Note: "permalinks" may not be as permanent as we would like,
direct links of old sources may well be a few messages off.
Lars Ellenberg wrote: >> I just set up a drbd replication pair and shipped it to the colo. It was working great. > > so you did local tests first, and all was working as expected? Yes. > now. your report is somewhat unspecific. > anyways, when I read your last sentence "machine is hung", > this might point to a deadlock that could occur when stressing the box. Fair enough. I think the hang was that block device was busy and couldn't be unmounted, and so when I tried to shutdown the machine it blocked waiting for the fs to unmount. > this possible deadlock is due to a bio_alloc(,GFP_KERNEL) in drbd where > is should have been GFP_NOIO, and has been recognized and fixed just > after we released 0.7.17. > > may I ask you to try again with recent drbd svn? > svn co http://svn.drbd.org/drbd/branches/drbd-0.7 > revision 2111 and greater should contain that fix. > there may be a 0.7.18 bugfix release because of that.

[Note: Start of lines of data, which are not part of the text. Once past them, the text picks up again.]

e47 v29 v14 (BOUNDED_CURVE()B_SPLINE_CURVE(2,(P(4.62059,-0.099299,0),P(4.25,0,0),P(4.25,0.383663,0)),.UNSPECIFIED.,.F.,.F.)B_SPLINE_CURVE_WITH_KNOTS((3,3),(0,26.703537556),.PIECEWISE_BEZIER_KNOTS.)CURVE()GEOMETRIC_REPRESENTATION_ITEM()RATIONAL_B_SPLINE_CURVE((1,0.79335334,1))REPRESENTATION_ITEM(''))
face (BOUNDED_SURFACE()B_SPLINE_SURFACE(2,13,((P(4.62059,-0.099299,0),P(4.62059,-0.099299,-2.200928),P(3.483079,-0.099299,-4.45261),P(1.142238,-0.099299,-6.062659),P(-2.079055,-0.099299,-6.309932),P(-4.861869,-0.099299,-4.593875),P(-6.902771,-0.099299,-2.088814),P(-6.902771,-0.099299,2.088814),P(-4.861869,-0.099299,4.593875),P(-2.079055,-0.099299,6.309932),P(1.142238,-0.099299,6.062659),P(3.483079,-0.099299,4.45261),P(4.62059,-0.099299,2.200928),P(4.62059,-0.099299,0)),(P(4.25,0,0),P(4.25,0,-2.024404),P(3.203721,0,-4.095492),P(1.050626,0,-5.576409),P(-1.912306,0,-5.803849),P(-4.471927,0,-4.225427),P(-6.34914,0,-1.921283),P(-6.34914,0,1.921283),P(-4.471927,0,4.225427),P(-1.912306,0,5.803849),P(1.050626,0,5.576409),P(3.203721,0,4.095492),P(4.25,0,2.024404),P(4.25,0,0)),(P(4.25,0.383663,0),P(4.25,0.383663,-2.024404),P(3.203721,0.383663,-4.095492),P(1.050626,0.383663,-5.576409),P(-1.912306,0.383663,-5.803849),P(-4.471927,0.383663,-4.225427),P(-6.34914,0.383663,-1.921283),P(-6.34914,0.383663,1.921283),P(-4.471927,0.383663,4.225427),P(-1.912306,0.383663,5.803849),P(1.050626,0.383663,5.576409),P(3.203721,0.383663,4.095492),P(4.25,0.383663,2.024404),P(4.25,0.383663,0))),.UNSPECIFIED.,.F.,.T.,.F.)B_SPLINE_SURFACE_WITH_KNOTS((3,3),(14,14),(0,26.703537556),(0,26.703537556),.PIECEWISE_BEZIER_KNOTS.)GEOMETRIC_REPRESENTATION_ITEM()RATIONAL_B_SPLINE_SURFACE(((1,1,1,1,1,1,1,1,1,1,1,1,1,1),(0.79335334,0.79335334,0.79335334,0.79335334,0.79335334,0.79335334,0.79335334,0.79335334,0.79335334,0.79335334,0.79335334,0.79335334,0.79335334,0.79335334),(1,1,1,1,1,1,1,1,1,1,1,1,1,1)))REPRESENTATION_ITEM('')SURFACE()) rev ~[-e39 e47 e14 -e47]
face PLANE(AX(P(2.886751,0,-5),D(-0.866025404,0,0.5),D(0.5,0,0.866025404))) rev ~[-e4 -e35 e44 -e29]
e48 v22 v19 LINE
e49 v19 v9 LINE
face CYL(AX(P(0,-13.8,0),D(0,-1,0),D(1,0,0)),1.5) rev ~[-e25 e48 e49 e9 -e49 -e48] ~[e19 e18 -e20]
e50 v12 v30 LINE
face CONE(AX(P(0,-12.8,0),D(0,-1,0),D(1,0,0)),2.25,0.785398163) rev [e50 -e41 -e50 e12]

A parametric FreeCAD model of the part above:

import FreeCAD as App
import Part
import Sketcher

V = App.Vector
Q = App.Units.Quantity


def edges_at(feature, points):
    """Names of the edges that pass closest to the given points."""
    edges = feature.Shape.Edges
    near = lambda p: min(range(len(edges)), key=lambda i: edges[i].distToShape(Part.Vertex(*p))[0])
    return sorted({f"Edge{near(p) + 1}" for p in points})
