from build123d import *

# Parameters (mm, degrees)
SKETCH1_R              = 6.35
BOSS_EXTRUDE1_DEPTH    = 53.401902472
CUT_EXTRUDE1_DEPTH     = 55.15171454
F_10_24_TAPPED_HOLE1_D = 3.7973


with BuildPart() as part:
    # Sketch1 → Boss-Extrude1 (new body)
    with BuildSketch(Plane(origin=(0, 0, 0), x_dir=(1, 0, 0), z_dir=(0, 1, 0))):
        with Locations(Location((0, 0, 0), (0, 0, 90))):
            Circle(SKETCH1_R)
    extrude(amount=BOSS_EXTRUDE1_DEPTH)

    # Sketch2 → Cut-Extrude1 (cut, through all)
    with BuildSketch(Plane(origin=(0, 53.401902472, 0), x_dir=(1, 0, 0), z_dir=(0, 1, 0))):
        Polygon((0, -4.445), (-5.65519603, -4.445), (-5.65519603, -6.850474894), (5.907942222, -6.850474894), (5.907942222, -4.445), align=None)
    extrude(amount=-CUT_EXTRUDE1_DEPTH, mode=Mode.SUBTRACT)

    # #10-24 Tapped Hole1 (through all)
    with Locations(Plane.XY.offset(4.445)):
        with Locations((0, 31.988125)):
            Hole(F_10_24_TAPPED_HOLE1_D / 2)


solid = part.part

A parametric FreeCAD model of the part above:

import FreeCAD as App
import Part
import Sketcher
from FreeCAD import Vector
Q = App.Units.Quantity

doc = App.newDocument("Part")
body = doc.addObject("PartDesign::Body", "Body")

# Sketch on XZ plane
sketch1 = body.newObject("Sketcher::SketchObject", "Sketch")
sketch1.AttachmentSupport = (doc.getObject("XZ_Plane"), [""])
sketch1.MapMode = "FlatFace"
sketch1.addGeometry(Part.Circle(Vector(0, 0, 0), Vector(0, 0, 1), 6.35), False)
sketch1.addConstraint([
    Sketcher.Constraint("Coincident", 0, 3, -1, 1),
    Sketcher.Constraint("Diameter", 0, Q("0.5 in")),
])
pad1 = body.newObject("PartDesign::Pad", "Pad")
pad1.Profile = sketch1
pad1.Length = 53.401902
pad1.Reversed = True

# Sketch on XZ plane
sketch2 = body.newObject("Sketcher::SketchObject", "Sketch001")
sketch2.AttachmentSupport = (doc.getObject("XZ_Plane"), [""])
sketch2.MapMode = "FlatFace"
sketch2.AttachmentOffset = App.Placement(Vector(0, 0, -53.401902), App.Rotation())
sketch2.addGeometry([
    Part.LineSegment(Vector(-5.655196, 4.445, 0), Vector(-5.655196, 6.850475, 0)),
    Part.LineSegment(Vector(-5.655196, 6.850475, 0), Vector(5.907942, 6.850475, 0)),
    Part.LineSegment(Vector(5.907942, 6.850475, 0), Vector(5.907942, 4.445, 0)),
    Part.LineSegment(Vector(5.907942, 4.445, 0), Vector(-5.655196, 4.445, 0)),
], False)
sketch2.addConstraint([
    Sketcher.Constraint("Coincident", 0, 2, 1, 1),
    Sketcher.Constraint("Coincident", 1, 2, 2, 1),
    Sketcher.Constraint("Coincident", 2, 2, 3, 1),
    Sketcher.Constraint("Coincident", 3, 2, 0, 1),
    Sketcher.Constraint("Vertical", 0),
    Sketcher.Constraint("Horizontal", 1),
    Sketcher.Constraint("Vertical", 2),
    Sketcher.Constraint("Horizontal", 3),
    Sketcher.Constraint("DistanceY", -1, 1, 2, 2, Q("0.175 in")),
    Sketcher.Constraint("DistanceX", 1, 1, 1, 2, 11.563138),
    Sketcher.Constraint("DistanceY", 0, 1, 0, 2, 2.405475),
    Sketcher.Constraint("DistanceX", 0, 2, -1, 1, 5.655196),
])
pocket1 = body.newObject("PartDesign::Pocket", "Pocket")
pocket1.Profile = sketch2
pocket1.Type = "ThroughAll"
pocket1.Reversed = True

# Sketch on XY plane
sketch3 = body.newObject("Sketcher::SketchObject", "Sketch002")
sketch3.AttachmentSupport = (doc.getObject("XY_Plane"), [""])
sketch3.MapMode = "FlatFace"
sketch3.AttachmentOffset = App.Placement(Vector(0, 0, 0.175 * 25.4), App.Rotation())
sketch3.addGeometry(Part.Circle(Vector(0, 31.988125, 0), Vector(0, 0, 1), 1.89865), False)
sketch3.addConstraint([
    Sketcher.Constraint("PointOnObject", 0, 3, -2),
    Sketcher.Constraint("Diameter", 0, Q("0.1495 in")),
    Sketcher.Constraint("DistanceY", -1, 1, 0, 3, 31.988125),
])
doc.recompute()
hole = body.newObject("PartDesign::Hole", "Hole")
hole.Profile = sketch3
hole.ThreadType = "None"
hole.Diameter = Q("0.1495 in")
hole.DepthType = "ThroughAll"

doc.recompute()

I'll do that when I get the next set of test machines up. I downgraded the kernel back to 2.6.11 for now on these boxes and everything works as expected again. > please report your findings. I will when I get another test machine and 2.6.15 again, which should be next week. If there's a possible known deadlock, I bet that's what I ran into. On the other hand, is the default value for on-disconnect reconnect or freeze_io? Because if it's freeze_io I would maybe see that being what happened, too. I'll keep trying to isolate for you. I think we're going to be using drbd a bit more as part of our Professional Services offerings to some clients, so it'll be nice to know where the problem actually sits. Thanks! Monty Taylor Senior Consultant, MySQL, Inc.